# Parental Leave - How Broken Leave is Deducted from Salary



## valhal (10 May 2015)

I'm currently taking parental leave so that I can work a four-day week for a year to spend more time with my kids. My salary varies from month to month and when I queried this with Payroll, I was told that parental leave is deducted by the number of Fridays in the month.

Is this the usual way that parental leave is calculated? I don't have any confidence in getting useful answers from the payroll office in my organisation and I could not find any information on how broken parental leave is normally deducted from payroll online. I would be grateful if anyone either knows the answer, or knows where I can find information on this.

I would prefer to receive a constant amount each month if possible.

Thanks.


----------



## huskerdu (10 May 2015)

I don't think we have enough information to answer your query.
You say that salary varies from month to month. Why ? Are you paid by the hour/day and only get paid for the hours/days worked.

If you are paid the same salary, then moving to working 80% of the time, you should get a cut in your gross salary of 20%.
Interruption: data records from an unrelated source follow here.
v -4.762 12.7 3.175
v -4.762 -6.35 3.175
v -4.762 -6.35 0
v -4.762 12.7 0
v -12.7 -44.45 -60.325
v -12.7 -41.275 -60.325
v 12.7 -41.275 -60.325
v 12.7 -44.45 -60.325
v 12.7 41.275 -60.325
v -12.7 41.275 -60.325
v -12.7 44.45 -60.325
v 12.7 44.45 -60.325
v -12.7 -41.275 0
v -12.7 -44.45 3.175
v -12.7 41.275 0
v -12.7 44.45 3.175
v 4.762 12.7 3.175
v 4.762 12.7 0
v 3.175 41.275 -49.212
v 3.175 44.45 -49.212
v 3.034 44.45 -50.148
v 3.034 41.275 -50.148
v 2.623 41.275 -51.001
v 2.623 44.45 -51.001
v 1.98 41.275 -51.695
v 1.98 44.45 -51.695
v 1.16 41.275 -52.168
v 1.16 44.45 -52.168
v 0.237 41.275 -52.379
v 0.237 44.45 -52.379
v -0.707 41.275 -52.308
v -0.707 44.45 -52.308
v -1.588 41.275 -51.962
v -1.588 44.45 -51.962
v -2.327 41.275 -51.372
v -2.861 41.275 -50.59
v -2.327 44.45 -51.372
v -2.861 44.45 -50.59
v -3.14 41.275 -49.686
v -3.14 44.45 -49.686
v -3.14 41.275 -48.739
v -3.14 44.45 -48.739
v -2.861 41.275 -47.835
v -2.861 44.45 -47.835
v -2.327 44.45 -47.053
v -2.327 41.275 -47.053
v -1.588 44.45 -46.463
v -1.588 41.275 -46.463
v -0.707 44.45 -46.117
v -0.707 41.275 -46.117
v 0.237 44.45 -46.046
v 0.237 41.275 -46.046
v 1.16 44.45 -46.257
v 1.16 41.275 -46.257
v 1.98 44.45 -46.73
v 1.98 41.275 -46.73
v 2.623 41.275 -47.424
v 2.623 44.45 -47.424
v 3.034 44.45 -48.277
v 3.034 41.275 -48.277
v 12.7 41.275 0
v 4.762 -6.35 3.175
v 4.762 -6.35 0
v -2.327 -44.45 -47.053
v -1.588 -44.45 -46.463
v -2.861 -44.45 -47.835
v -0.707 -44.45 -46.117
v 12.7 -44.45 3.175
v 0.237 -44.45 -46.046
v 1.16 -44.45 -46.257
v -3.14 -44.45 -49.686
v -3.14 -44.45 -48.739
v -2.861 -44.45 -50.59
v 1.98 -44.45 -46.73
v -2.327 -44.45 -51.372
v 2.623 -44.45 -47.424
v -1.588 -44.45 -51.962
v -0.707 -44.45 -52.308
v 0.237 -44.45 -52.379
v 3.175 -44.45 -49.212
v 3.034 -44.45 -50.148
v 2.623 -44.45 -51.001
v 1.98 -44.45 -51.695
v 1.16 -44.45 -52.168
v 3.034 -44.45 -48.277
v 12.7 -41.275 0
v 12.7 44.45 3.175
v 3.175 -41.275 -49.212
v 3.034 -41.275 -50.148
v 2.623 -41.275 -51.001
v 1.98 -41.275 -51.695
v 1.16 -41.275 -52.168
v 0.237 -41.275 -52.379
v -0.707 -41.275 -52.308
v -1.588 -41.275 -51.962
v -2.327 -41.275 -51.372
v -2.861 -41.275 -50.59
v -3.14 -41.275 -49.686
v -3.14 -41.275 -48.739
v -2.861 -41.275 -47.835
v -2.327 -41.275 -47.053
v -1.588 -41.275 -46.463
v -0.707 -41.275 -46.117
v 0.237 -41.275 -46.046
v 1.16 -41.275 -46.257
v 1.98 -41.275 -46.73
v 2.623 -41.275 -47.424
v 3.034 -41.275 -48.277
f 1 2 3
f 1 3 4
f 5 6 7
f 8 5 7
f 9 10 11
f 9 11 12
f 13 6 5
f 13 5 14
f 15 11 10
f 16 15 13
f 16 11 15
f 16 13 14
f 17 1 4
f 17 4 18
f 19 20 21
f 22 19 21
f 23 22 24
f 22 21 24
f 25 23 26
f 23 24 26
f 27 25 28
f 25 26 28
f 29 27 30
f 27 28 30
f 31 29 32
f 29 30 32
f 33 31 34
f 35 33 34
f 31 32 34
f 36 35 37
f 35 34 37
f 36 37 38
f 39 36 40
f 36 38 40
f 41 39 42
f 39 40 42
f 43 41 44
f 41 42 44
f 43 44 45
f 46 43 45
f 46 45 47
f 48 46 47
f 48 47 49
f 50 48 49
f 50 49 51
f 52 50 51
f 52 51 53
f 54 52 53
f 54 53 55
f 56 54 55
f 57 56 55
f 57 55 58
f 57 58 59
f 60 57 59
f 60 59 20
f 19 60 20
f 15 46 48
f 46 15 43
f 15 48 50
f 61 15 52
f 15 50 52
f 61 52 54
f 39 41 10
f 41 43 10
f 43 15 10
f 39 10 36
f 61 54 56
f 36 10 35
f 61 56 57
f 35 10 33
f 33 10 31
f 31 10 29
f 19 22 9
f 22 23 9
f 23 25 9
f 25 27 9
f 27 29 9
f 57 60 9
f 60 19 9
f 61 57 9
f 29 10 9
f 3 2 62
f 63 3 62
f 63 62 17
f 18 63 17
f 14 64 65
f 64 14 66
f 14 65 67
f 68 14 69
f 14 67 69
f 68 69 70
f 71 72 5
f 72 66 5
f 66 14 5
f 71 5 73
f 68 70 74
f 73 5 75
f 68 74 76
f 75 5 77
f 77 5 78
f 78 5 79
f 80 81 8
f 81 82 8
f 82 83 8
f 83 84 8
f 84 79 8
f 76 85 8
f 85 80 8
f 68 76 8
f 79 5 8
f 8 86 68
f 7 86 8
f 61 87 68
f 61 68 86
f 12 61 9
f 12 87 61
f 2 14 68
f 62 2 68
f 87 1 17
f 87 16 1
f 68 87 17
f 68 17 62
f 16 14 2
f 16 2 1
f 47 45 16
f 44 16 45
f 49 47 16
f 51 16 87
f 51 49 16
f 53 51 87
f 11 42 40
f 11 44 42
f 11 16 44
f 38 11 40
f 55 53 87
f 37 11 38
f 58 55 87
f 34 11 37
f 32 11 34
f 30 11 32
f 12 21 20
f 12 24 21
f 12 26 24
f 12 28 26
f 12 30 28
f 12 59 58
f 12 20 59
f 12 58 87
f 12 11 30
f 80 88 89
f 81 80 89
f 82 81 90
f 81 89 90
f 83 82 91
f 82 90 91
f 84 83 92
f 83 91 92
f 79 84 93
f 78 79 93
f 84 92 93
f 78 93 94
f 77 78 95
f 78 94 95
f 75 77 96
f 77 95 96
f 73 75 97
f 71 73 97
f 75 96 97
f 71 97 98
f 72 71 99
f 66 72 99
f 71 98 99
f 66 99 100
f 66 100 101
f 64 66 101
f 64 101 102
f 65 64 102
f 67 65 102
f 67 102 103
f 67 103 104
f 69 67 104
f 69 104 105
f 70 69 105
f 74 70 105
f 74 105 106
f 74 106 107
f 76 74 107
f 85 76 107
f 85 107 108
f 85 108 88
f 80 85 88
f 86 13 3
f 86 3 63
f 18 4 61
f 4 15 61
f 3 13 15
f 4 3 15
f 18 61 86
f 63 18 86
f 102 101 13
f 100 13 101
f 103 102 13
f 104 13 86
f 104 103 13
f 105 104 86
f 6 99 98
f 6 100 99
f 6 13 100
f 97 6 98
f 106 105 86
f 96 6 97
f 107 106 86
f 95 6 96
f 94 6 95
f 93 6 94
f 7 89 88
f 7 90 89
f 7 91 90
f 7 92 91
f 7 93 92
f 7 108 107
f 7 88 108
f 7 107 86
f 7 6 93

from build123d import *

# Parameters (mm, degrees)
SKETCH1_W           = 25.4
SKETCH1_H           = 82.55
BOSS_EXTRUDE1_DEPTH = 3.175
SKETCH2_W           = 25.4
SKETCH2_H           = 3.175
SKETCH2_H_2         = 60.325
BOSS_EXTRUDE2_DEPTH = 3.175
SKETCH5_W           = 9.525
SKETCH5_H           = 19.05
CUT_EXTRUDE2_DEPTH  = 64.5
SKETCH6_R           = 3.175
CUT_EXTRUDE3_DEPTH  = 89.9


with BuildPart() as part:
    # Sketch1 → Boss-Extrude1 (new body)
    with BuildSketch(Plane.XY):
        Rectangle(SKETCH1_W, SKETCH1_H)
    extrude(amount=BOSS_EXTRUDE1_DEPTH)

    # Sketch2 → Boss-Extrude2 (add)
    with BuildSketch(Plane(origin=(0, 41.275, 0), x_dir=(1, 0, 0), z_dir=(0, 1, 0))):
        with Locations((0, -1.5875)):
            Rectangle(SKETCH2_W, SKETCH2_H)
        with Locations((0, 30.1625)):
            Rectangle(SKETCH2_W, SKETCH2_H_2)
    boss_extrude2 = extrude(amount=BOSS_EXTRUDE2_DEPTH)

    # Sketch5 → Cut-Extrude2 (cut, through all)
    with BuildSketch(Plane.XY.offset(3.175)):
        with Locations((0, 3.175)):
            Rectangle(SKETCH5_W, SKETCH5_H)
    extrude(amount=-CUT_EXTRUDE2_DEPTH, mode=Mode.SUBTRACT)

    # Mirror1: Boss-Extrude2 across plane
    add(boss_extrude2.mirror(Plane.ZX))

    # Sketch6 → Cut-Extrude3 (cut, through all)
    with BuildSketch(Plane(origin=(0, 44.45, 0), x_dir=(1, 0, 0), z_dir=(0, 1, 0))):
        with Locations((0, 49.2125)):
            Circle(SKETCH6_R)
    extrude(amount=-CUT_EXTRUDE3_DEPTH, mode=Mode.SUBTRACT)


solid = part.part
If you are paid for the days worked, then this will continue, but you will work less days, so you will get paid for 4 less days in a month with 4 Fridays, and 5 less days in a month with 5 Fridays.


----------



## valhal (10 May 2015)

Thanks for the reply huskerdu. I wasn't clear about my working hours - I work 9am to 5pm Monday to Thursday and take parental leave on Fridays so I do not currently work on Fridays. Before parental leave, I worked 9am to 5pm Monday to Friday and my salary was exactly the same amount every month. Since taking parental leave, my salary is a different amount every month. It is not two amounts as might be expected with 4 or 5 Fridays - it's never the same amount. I queried this with Payroll and I was told it was because it depends how many Fridays there are in a month (for example, at Christmas there were three Fridays in the month when you take account of public holidays). 
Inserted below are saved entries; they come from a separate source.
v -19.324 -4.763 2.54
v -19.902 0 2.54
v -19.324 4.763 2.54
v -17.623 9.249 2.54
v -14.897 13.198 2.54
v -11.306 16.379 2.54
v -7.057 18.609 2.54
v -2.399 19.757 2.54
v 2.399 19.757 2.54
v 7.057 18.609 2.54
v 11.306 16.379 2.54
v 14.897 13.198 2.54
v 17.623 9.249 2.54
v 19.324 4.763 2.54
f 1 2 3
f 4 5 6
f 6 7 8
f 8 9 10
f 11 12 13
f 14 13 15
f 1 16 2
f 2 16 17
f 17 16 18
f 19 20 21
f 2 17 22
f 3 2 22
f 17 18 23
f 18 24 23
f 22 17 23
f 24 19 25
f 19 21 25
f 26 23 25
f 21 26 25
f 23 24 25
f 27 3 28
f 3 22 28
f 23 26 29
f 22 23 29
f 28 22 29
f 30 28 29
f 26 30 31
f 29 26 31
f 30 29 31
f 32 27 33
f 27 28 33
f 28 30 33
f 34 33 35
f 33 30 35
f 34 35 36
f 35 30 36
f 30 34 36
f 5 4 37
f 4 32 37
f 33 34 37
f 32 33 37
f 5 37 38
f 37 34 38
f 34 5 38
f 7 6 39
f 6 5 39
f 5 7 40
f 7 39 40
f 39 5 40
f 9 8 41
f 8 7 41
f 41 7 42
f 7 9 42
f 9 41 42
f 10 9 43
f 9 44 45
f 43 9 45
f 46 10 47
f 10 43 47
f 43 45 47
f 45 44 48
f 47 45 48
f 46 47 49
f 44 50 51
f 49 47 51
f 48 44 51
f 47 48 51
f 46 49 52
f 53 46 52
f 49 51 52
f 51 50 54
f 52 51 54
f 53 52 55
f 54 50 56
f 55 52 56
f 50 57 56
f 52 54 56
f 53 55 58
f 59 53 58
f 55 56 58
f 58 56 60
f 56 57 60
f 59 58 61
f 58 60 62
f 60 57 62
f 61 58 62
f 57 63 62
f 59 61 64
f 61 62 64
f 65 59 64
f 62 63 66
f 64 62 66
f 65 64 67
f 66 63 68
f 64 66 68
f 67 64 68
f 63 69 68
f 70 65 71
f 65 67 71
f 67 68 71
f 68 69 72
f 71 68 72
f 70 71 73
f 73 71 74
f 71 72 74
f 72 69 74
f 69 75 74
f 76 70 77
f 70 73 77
It sounds like my parental leave is being deducted as if I were paid for the days worked. I'd like to know if this is incorrect if I am paid a monthly salary and am I within my rights to request that a percentage be deducted rather than the days deducted? It's disconcerting to be paid a different amount every month and to not feel confident that it's correct.


----------



## Purple (11 May 2015)

When you look at the number of paid Fridays in each month doe the deductions make sense.
You are taking more days off in some months than in others. It stands to reason that your pay would be adjusted accordingly. How else do you think it should be calculated?
As you are fortunate to have an employer who is willing to accommodate your wish to split your parental leave why do you think they will not answer your questions about how the days are deducted from your salary?


----------



## mathepac (11 May 2015)

+1 with Purple. I makes perfect sense to me. You work a variable number of days in a month, you get paid varying amounts.  Being paid a monthly salary rather than an hourly / daily rate, it may come as a shock to you that each day / hour has a cost. Your employment contract will have a number of hours per week where you must be present at work and from this you can get a daily / hourly rate. This will enable you to test the calculations your payroll office makes.


----------



## Leo (11 May 2015)

If you only work 4 out of 5 days, your entitlement to full pay for public holidays is affected as well. So I'm guessing that on months with a public holiday, your pay is down a little also?


----------



## Sunny (12 May 2015)

Purple said:


> When you look at the number of paid Fridays in each month doe the deductions make sense.
> You are taking more days off in some months than in others. It stands to reason that your pay would be adjusted accordingly. How else do you think it should be calculated?
> As you are fortunate to have an employer who is willing to accommodate your wish to split your parental leave why do you think they will not answer your questions about how the days are deducted from your salary?


 
How does that make sense? She is a salary employee. It shouldn't change every month depending on the number of Fridays in a month. Not like people get a bigger salary on months when they might have to work 5 Fridays or if a month has 31 days instead of 30.  Monthly basic Salary should be Annual Salary / 12. If you are taking a parental leave day, every week, they should adjust your salary by 20%. There shouldn't be fluctuations on basic salary on a monthly basis.


----------



## Purple (12 May 2015)

Sunny said:


> How does that make sense? She is a salary employee. It shouldn't change every month depending on the number of Fridays in a month. Not like people get a bigger salary on months when they might have to work 5 Fridays or if a month has 31 days instead of 30.  Monthly basic Salary should be Annual Salary / 12. If you are taking a parental leave day, every week, they should adjust your salary by 20%. There shouldn't be fluctuations on basic salary on a monthly basis.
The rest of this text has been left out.